The possibility of politicising the women's question, ie applying the same criteria applied to any other question, analysing it in terms of relations of power, of positions through which one group of people (in this case men) control another group (women), seems to be a long way off for at least the majority of Lebanese women. But some women began to do this. They had been militants for several years in the left parties. They had lived with and undergone subtle or brutal discrimination from society, from militants of other parties – but especially from their own comrades. They had been confronted with the disastrous consequences of the etiquette of principal and secondary contradictions, the contradiction between the sexes being, of course, always secondary. They had realised the futility of any revolution which kept intact the basic unity of exploitation and oppression, that of one sex over the other, of masculine over feminine. They had also lived through the laceration of the war, in which, although perhaps in different forms according to the side, the male order had been the sole victor.
It is this reflection, still embryonic, which I want to account for. To try to see in the present political situation in Lebanon an antagonism of class and of religious communities, but also an antagonism between the sexes, to try to see the war through, and starting from, the feminine universe (cf Mao and also M.-A. Macciocchi 'les Femmes et la traversee du fascisme' in Elements pour une analyse du fascisme, Paris, 1976, p128).
It is hardly astonishing that in Lebanon more than in other places women experience politics as something foreign in their daily lives, since their lives are ruled by community laws and not national ones. The principal moments of their lives are punctuated by the intervention of men from their communities and religious authorities, rarely from the state. It is essential to understand that in Lebanon all matters relating to personal status depend on confessional laws and tribunals. There is no civil marriage. There are as many different laws for women as there are religions. Marriage, divorce or separation, relationships, guardianship of minors, inheritance, all these problems have different solutions according to whether one is a Maronite Christian, a Greek Orthodox, Greek Catholic, or a Sunnite or Shia' Muslim. Of course the state also intervenes: education policy, employment policy, wages, prices... But these problems are secondary, or rather experienced as secondary by most women, with the exception of politicised women who are interested in them.

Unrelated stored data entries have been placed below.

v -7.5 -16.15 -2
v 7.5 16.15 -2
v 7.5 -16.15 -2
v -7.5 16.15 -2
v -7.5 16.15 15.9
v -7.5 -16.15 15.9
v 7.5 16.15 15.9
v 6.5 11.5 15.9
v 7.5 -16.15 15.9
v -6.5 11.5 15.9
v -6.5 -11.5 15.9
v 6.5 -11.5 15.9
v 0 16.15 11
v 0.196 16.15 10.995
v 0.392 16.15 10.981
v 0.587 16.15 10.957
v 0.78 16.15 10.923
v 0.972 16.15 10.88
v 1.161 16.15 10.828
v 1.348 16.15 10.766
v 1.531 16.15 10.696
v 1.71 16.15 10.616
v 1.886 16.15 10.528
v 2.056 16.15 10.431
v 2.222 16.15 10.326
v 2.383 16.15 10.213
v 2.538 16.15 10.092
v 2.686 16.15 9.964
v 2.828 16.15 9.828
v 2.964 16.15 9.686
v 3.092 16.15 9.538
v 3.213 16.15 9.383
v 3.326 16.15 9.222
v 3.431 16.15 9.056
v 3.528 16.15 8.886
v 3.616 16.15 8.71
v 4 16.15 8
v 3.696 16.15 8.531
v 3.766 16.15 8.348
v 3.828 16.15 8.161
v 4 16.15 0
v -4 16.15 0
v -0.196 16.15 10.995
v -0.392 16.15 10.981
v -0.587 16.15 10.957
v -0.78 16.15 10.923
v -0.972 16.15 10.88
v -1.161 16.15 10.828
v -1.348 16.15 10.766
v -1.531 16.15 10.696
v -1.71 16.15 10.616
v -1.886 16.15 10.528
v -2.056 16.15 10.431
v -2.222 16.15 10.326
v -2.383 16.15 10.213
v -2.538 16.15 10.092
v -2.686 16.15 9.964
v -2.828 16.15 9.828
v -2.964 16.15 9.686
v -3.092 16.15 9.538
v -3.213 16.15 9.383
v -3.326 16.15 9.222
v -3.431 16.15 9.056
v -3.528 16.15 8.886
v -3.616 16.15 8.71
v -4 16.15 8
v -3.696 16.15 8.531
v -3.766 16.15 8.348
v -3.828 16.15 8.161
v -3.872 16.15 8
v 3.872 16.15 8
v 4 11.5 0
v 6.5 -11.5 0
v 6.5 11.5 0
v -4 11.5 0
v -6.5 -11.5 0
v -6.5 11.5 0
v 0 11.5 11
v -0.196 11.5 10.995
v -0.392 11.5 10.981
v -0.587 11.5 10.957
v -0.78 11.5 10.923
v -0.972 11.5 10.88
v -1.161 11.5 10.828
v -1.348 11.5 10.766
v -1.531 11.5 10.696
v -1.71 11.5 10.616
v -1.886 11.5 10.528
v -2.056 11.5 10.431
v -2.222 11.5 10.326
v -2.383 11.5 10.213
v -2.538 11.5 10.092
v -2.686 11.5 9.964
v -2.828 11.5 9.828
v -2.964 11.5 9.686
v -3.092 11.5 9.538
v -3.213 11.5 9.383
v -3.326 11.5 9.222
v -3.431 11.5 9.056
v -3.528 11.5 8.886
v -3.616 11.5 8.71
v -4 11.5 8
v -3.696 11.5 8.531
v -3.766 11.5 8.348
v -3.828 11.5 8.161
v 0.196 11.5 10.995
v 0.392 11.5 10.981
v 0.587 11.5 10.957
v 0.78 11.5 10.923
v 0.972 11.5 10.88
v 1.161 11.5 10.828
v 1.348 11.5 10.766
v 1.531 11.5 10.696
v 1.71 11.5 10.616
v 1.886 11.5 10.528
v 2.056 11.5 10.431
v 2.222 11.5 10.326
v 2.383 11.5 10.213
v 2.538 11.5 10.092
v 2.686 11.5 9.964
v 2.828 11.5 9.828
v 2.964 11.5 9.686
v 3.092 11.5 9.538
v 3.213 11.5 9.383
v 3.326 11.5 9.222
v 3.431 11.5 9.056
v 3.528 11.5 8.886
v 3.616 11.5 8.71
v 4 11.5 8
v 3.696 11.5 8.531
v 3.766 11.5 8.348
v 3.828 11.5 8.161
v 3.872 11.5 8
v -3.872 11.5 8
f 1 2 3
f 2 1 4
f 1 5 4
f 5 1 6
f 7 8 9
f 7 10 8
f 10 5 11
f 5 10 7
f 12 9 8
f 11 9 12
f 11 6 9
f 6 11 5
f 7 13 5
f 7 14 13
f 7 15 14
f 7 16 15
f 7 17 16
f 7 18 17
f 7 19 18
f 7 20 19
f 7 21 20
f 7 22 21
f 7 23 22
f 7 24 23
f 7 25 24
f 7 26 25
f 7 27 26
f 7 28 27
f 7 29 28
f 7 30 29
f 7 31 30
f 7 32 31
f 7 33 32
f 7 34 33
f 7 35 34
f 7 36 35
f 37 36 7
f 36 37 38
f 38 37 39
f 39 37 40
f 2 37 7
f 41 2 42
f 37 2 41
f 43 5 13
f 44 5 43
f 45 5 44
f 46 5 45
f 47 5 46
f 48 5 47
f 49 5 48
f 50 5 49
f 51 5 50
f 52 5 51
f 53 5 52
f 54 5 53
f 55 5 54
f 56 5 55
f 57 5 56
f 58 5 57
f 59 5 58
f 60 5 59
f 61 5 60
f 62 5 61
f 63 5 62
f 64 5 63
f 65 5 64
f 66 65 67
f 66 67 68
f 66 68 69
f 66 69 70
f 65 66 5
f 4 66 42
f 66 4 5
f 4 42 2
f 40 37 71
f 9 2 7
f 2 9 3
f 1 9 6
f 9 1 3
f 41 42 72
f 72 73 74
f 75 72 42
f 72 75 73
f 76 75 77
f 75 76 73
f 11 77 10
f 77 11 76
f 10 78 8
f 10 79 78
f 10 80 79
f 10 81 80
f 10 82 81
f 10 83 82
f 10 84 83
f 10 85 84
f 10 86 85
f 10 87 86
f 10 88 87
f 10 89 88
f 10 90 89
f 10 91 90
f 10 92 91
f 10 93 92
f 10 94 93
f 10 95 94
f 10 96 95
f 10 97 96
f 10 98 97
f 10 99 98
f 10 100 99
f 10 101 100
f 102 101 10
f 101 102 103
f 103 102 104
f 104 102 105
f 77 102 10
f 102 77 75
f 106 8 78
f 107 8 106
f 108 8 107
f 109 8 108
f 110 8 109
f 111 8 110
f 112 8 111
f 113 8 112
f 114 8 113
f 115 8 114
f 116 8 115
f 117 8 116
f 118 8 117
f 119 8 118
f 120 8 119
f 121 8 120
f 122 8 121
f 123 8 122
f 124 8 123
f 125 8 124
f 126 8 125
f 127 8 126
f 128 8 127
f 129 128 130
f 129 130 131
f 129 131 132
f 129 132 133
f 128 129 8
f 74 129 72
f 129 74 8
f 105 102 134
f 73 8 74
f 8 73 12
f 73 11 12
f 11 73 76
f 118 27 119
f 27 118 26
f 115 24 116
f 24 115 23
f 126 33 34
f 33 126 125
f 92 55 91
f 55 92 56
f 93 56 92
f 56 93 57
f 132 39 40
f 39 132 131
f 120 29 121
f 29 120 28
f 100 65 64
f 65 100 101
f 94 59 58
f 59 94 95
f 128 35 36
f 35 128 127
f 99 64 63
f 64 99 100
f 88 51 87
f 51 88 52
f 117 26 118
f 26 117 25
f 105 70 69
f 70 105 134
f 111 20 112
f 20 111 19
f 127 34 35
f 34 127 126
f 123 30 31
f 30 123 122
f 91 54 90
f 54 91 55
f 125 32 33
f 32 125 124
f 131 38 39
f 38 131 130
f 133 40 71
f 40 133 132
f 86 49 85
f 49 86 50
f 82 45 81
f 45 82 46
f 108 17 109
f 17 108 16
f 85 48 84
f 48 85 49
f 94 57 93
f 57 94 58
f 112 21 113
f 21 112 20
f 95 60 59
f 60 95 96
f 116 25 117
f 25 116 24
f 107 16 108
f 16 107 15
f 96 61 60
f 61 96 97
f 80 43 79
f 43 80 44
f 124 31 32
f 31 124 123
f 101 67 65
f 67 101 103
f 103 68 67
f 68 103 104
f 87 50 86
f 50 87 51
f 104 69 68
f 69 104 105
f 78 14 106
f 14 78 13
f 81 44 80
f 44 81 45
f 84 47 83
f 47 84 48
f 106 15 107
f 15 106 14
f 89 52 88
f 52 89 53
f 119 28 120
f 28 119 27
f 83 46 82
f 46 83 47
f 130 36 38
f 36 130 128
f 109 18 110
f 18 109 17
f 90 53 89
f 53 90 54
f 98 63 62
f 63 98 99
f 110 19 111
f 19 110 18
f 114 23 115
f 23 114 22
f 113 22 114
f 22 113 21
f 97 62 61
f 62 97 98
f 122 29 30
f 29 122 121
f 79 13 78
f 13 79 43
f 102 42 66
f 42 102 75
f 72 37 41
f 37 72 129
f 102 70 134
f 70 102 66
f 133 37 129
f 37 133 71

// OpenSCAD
width=13;
length=23;
groove_length=32.3;
groove_hieght=2.6;
inset_hieght=18.5-groove_hieght;

wire_diameter=6;
wire_height=6;

$fn=128;
/*
color("#3333ff")
linear_extrude(inset_hieght)
square([width, length], true);

color("#3333ff")
translate([0,0,inset_hieght])   
linear_extrude(groove_hieght)
square([width, groove_length], true);

color("#ff3333")
translate([0,0,wire_height])
rotate([-90,0,0])
linear_extrude(20)
circle(d=wire_diameter);
*/

offset=2;
translate([0,0,-offset])
difference() {
    linear_extrude(inset_hieght+offset)
    square([width+offset, groove_length], true);

    translate([0,0,offset])
    linear_extrude(inset_hieght+1)
    square([width, length], true);
    
    translate([0,0,7+offset])
    rotate([-90,0,0])
    linear_extrude(20)
    circle(d=wire_diameter+offset);
    
    translate([0,0,6])
    rotate([-90,0,0])
    linear_extrude(20)
    square(6+offset, true);
}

In 1975 the women's organisations held a congress to discuss the laws relating to personal status, and demanded optional and noncompulsory civil marriage. A law forbidding discrimination against women in the family was presented by women from the Democratic Party and adopted by the congress. All the parties which declare themselves opposed to confessionalism talk about the necessity of having unified and secular laws in all spheres of life, especially that of personal status. The left parties add that this reform is all the more necessary because the present laws are disadvantageous to women, but their declarations remain at the level of principles, and everyone carefully avoids entering into details.
However, at the moment of civil war, the question of women became the central point of negotiations between the right and the left, and it is not irrelevant that it also became the point of rupture.
The 'Committee for National Dialogue', laboriously created during one of the many cease-fires that marked the war, attempted to list points of disagreement and bring together different points of view. It broke down over the question of secularisation. The left demanded total secularisation, as did the Christian right. The Muslims wanted political and administrative secularisation, but refused secularisation of personal status, considering it a matter of private and non-political problems. Since the beginning of the war the left had been a prisoner of its Muslim allies. Its leader, Kamal Jumblatt, known for his misogyny and political opportunism, declared that since the 'Muslim and national side' was not ready for such a reform, they could put the question of civil marriage to one side. One could not open a breach in alliance over such secondary problems! The important thing was to remain united in the face of the enemy and to deal with 'political' and military problems. It should be noted that this abandonment by the left of the women's cause went almost totally unnoticed.
The Christian right affirmed that for its part it wanted civil marriage. Assured of a Muslim rejection, it could allow itself all sorts of proposals to give itself a modern and Western image. In a recent interview with Le Monde, Beshir Gemayel stated: 'Alone, we achieved secularisation a long time ago.' Describing the federal structure he supported, he said: 'Each community should rule itself according to its own laws, and no one should impose their views on others.' But isn't this precisely what happened before the war? As for secularisation, that is a trap-word for women. For the Napoleonic code was a secular code, as was the Rocco Code, drawn up by Mussolini in fascist Italy. What sort of code then, are the Phalangists and the Guardians of the Cedar, allied to the Lebanese monks, preparing for us?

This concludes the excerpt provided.